The strategy developed by our laboratory was influenced by previous studies focusing on neuroectoderm specification (3, 10). These approaches lead to low efficiency derivation of NCCs by utilizing concurrent inhibition of transforming growth factor (TGF)-β- and bone morphogenetic protein (BMP)-dependent signaling. The predominant cell type within these culture systems displays a neural progenitor cell (NPC) phenotype with high expression of PAX6. Moreover, these systems were laborious, often relying on feeder layer co-culture and subsequent FACS enrichment steps (3, 1014). In an effort to alleviate these limitations, we developed a highly efficient, single-step method for the generation of NCCs from human pluripotent stem cells (15, 16). The protocol described here is performed under feeder-free conditions, requires no enrichment or selection steps and generates cultures composed of ≥90 % cells with neural crest identity. This is accomplished by inhibition of Smad1,5,8 and activation of the canonical Wnt pathway using small-molecule inhibitors of TGF-β signaling (SB431542) and glycogen synthase kinase 3 [GSK3 inhibitor IX (BIO)], respectively.
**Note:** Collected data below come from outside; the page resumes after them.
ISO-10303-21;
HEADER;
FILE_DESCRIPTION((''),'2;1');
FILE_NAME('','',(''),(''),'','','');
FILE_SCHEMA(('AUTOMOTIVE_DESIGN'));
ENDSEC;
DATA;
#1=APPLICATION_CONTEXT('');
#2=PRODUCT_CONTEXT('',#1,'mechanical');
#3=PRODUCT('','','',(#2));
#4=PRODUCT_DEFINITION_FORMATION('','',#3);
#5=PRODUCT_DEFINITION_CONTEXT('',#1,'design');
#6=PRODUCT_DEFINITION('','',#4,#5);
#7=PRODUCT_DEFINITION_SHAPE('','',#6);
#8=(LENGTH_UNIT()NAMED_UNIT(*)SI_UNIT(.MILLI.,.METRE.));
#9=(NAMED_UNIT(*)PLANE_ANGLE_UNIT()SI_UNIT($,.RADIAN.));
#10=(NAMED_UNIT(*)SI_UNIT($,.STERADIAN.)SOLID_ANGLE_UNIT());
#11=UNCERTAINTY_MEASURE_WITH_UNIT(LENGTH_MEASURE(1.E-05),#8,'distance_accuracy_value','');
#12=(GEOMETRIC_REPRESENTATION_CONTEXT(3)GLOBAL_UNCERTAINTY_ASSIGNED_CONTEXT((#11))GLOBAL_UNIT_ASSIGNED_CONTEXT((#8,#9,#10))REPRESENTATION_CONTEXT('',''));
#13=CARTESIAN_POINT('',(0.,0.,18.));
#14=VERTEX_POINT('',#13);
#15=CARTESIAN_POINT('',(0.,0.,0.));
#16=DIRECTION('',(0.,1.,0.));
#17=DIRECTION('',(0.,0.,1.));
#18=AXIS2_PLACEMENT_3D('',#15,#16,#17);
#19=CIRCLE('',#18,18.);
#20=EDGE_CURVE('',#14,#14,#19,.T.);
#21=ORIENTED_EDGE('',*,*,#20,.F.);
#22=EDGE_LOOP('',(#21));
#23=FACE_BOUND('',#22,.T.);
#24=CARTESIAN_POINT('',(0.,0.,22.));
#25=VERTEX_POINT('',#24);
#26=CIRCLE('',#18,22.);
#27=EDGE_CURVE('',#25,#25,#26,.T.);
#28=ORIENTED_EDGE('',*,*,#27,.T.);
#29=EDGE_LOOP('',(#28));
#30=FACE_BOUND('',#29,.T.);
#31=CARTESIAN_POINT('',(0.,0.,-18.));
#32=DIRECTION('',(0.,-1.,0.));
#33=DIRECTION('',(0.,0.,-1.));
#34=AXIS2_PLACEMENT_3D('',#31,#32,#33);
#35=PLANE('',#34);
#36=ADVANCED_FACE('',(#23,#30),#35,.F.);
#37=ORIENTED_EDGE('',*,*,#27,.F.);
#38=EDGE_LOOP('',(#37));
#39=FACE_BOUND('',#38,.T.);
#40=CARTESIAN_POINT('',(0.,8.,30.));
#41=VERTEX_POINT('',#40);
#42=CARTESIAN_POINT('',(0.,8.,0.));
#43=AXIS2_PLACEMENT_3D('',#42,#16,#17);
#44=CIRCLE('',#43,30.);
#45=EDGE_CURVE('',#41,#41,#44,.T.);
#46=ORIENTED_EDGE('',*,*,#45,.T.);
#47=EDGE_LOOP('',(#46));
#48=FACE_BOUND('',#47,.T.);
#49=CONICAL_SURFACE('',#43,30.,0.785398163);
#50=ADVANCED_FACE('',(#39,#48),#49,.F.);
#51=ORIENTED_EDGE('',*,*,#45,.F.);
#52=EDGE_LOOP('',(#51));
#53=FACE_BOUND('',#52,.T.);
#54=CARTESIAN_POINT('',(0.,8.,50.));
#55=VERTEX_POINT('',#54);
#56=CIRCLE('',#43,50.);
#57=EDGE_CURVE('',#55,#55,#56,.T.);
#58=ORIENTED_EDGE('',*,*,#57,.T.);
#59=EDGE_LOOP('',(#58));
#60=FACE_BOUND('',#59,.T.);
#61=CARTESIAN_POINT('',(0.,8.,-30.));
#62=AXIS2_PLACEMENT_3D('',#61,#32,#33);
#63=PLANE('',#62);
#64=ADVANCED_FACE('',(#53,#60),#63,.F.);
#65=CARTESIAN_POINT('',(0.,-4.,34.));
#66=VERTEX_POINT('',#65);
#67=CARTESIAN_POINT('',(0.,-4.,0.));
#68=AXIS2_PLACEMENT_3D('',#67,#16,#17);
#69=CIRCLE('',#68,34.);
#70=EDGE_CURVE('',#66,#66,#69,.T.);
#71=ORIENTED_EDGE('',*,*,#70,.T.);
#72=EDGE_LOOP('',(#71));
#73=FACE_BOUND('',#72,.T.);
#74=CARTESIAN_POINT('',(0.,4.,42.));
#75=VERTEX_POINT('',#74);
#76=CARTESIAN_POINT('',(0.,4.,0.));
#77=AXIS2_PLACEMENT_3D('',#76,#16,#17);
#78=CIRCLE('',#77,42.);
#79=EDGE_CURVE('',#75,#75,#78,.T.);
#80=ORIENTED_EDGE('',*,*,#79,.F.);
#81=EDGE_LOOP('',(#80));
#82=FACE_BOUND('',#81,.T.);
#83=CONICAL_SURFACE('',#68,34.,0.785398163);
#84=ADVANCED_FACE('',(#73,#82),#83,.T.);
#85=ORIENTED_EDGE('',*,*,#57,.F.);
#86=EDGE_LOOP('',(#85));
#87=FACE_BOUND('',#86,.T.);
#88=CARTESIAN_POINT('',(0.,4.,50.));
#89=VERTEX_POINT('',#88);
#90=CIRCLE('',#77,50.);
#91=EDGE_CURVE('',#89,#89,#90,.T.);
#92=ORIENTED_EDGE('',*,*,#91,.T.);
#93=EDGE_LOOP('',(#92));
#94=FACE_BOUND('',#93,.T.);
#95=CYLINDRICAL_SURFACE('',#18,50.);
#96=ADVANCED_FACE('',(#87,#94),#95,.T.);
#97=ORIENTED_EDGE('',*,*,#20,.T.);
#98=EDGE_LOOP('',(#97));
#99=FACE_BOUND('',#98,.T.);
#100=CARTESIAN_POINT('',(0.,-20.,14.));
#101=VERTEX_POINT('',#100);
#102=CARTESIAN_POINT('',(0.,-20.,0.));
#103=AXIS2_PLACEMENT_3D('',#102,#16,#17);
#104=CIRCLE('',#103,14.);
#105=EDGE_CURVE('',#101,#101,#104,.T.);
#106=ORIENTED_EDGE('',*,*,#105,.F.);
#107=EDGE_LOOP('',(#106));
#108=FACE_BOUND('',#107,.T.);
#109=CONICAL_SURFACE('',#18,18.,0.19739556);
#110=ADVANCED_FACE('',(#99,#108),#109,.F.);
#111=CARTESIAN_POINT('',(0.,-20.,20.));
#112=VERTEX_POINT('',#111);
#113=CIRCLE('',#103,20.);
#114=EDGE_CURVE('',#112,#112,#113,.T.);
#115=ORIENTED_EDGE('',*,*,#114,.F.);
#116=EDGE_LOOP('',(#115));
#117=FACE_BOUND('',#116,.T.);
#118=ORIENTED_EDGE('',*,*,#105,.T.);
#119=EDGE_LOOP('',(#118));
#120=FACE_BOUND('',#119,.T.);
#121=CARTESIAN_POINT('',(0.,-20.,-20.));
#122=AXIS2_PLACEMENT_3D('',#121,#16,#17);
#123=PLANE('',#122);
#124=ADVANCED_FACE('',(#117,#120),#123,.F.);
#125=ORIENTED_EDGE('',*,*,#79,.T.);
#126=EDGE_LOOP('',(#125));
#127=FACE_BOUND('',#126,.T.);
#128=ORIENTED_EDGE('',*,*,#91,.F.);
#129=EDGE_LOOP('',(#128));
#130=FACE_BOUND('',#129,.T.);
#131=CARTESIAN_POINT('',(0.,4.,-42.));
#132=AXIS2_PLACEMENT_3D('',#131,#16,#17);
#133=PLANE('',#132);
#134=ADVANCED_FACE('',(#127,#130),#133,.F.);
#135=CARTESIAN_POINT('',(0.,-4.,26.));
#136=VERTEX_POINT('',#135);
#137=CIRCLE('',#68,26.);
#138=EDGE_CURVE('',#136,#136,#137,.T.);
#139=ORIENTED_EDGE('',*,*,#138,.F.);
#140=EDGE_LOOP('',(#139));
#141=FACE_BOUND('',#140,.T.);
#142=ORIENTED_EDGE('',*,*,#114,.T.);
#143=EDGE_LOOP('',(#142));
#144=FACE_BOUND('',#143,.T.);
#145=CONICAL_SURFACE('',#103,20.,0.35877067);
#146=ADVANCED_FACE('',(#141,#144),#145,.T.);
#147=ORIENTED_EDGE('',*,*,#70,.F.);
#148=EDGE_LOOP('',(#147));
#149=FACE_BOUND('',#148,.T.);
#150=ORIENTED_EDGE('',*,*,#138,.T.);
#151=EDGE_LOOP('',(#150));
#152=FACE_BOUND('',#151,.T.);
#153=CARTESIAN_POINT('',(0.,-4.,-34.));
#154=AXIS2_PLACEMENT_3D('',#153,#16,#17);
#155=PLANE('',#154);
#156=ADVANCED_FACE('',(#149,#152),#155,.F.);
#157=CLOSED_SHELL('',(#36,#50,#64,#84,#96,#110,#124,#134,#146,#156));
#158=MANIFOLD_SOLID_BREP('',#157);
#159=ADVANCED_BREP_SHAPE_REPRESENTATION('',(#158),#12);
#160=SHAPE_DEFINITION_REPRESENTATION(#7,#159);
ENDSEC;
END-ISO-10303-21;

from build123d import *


with BuildPart() as part:
    # Sketch1 → Revolve1 (revolve)
    with BuildSketch(Plane(origin=(0, 0, 0), x_dir=(0, 0, -1), z_dir=(1, 0, 0)), mode=Mode.PRIVATE) as revolve1_sk:
        Polygon((14, -20), (18, 0), (22, 0), (30, 8), (50, 8), (50, 4), (42, 4), (34, -4), (26, -4), (20, -20), align=None)
    revolve(revolve1_sk.sketch.rotate(Axis((0, 0, 0), (0, -1, 0)), 180), axis=Axis((0, 0, 0), (0, -1, 0)))


solid = part.part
In addition to highly efficient differentiation and ease of culture, the differentiated NCCs are capable of self-renewal for greater than 30 passages. NCCs are then capable of further differentiation into a multitude of additional cell types such as mesenchymal stem cells, peripheral neurons, adipocytes, smooth muscle cells, chondrocytes, and osteocytes (15, 16). Importantly, these cells are also capable of clonal expansion and can be cryopreserved with no loss in potency or self-renewing potential.

2 Materials

2.1 Medium Preparation

Special care should be made to prepare all medium using freshly thawed factors from frozen aliquots. Bulk medium preparation (greater than 500 mL) should be avoided. Unless otherwise stated, all medium should be utilized within 7 days of preparation. For the most consistent and reliable results, maintenance and differentiation medium should be prepared, as needed, every 1–2 days. When not in use, medium must be refrigerated at +4 °C.

  1. 1.

    Collagenase IV Dissociation Solution:Combine enough collagenase IV powder and DMEM/F12 (1:1) to reach a final concentration of 400 units/mL (see Note 1). Filter-sterilize the solution and store at 4 °C for a week. Alternatively, the solution may be placed in aliquots and stored at −20 °C for up to 2 months.

  2. 2.

    StemPro® hESC Culture Medium: StemPro® should be mixed according to the manufacturer’s instructions.

  3. 3.

    Basal Defined Medium: For each 500 mL of basal defined medium, combine 50 mL of a 20 % (vol/vol) stock solution of Probumin®, 5 mL of penicillin (10,000 IU) and streptomycin (10,000 μg/ml) 100×, 5 mL of l-alanyl-l-glutamine (43.44 mg/mL) 100×, 5 mL of MEM non-essential amino acids, 0.5 mL of trace elements A 1,000×, 0.5 mL of trace elements B 1,000×, 0.5 mL of trace elements C 1,000× (Cellgro), 0.9 mL of 2-mercaptoethanol, transferrin (10 μg/mL), (+)-sodium l-ascorbate (50 μg/mL), and reach final volume of 500 mL by adding 432 mL of DMEM/F12 (1:1). Filter-sterilize (0.22 μm pore) and store at 4 °C for up to 2 weeks for use with maintenance and differentiation media preparation (see Note 2).

  4. 4.

    Human Embryonic Stem Cell (hESC) Maintenance Medium. Add the following factors to the basal defined medium with the specified final concentrations: Heregulin β-1 (10 ng/mL), Activin A (10 ng/mL), LONG® R3 IGF-I (200 ng/mL), and Fgf2 (8 ng/mL) (see Notes 2 and 3).

  5. 5.

    Neural crest differentiation medium. Add the following factors and inhibitors to the basal defined medium with the specified final concentrations: Heregulin β-1 (10 ng/mL), LONG® R3 IGF-I (200 ng/mL), and FGF2 (8 ng/mL), GSK3 inhibitor IX (BIO) (2 μM), and SB431542 (20 μM) (see Notes 24).

  6. 6.

    Geltrex™ LDEV-Free, hESC-Qualified, Reduced Growth Factor Basement Membrane Matrix -coated plates: Prepare 1 mL aliquots of Geltrex™ according to manufacturer’s protocol (see Note 5). Thaw a 1 mL aliquot of Geltrex ™ and dilute it to 1:30 or 1:200 (see Notes 6 and 7) in DMEM/F12 before plating. Add 1.5 mL of the Geltrex™ dilution to a 35-mm tissue culture plate or 3 mL of the final dilution to a 60-mm tissue culture plate. Incubate coated plates at 37 °C for at least 1 h prior to use.

3 Methods

This neural crest differentiation protocol works equally well for hESCs or hIPSCs; however, cultures must be adapted to feeder-free and single-cell growth conditions.

3.1 Adaptation of hESC and hiPSC Cultures to Feeder-Free Conditions

Skip to Section 3.2 (Adaptation of hESC/hiPSC cultures to single-cell growth conditions) if hESC/hiPSC cultures are already maintained in feeder-free conditions.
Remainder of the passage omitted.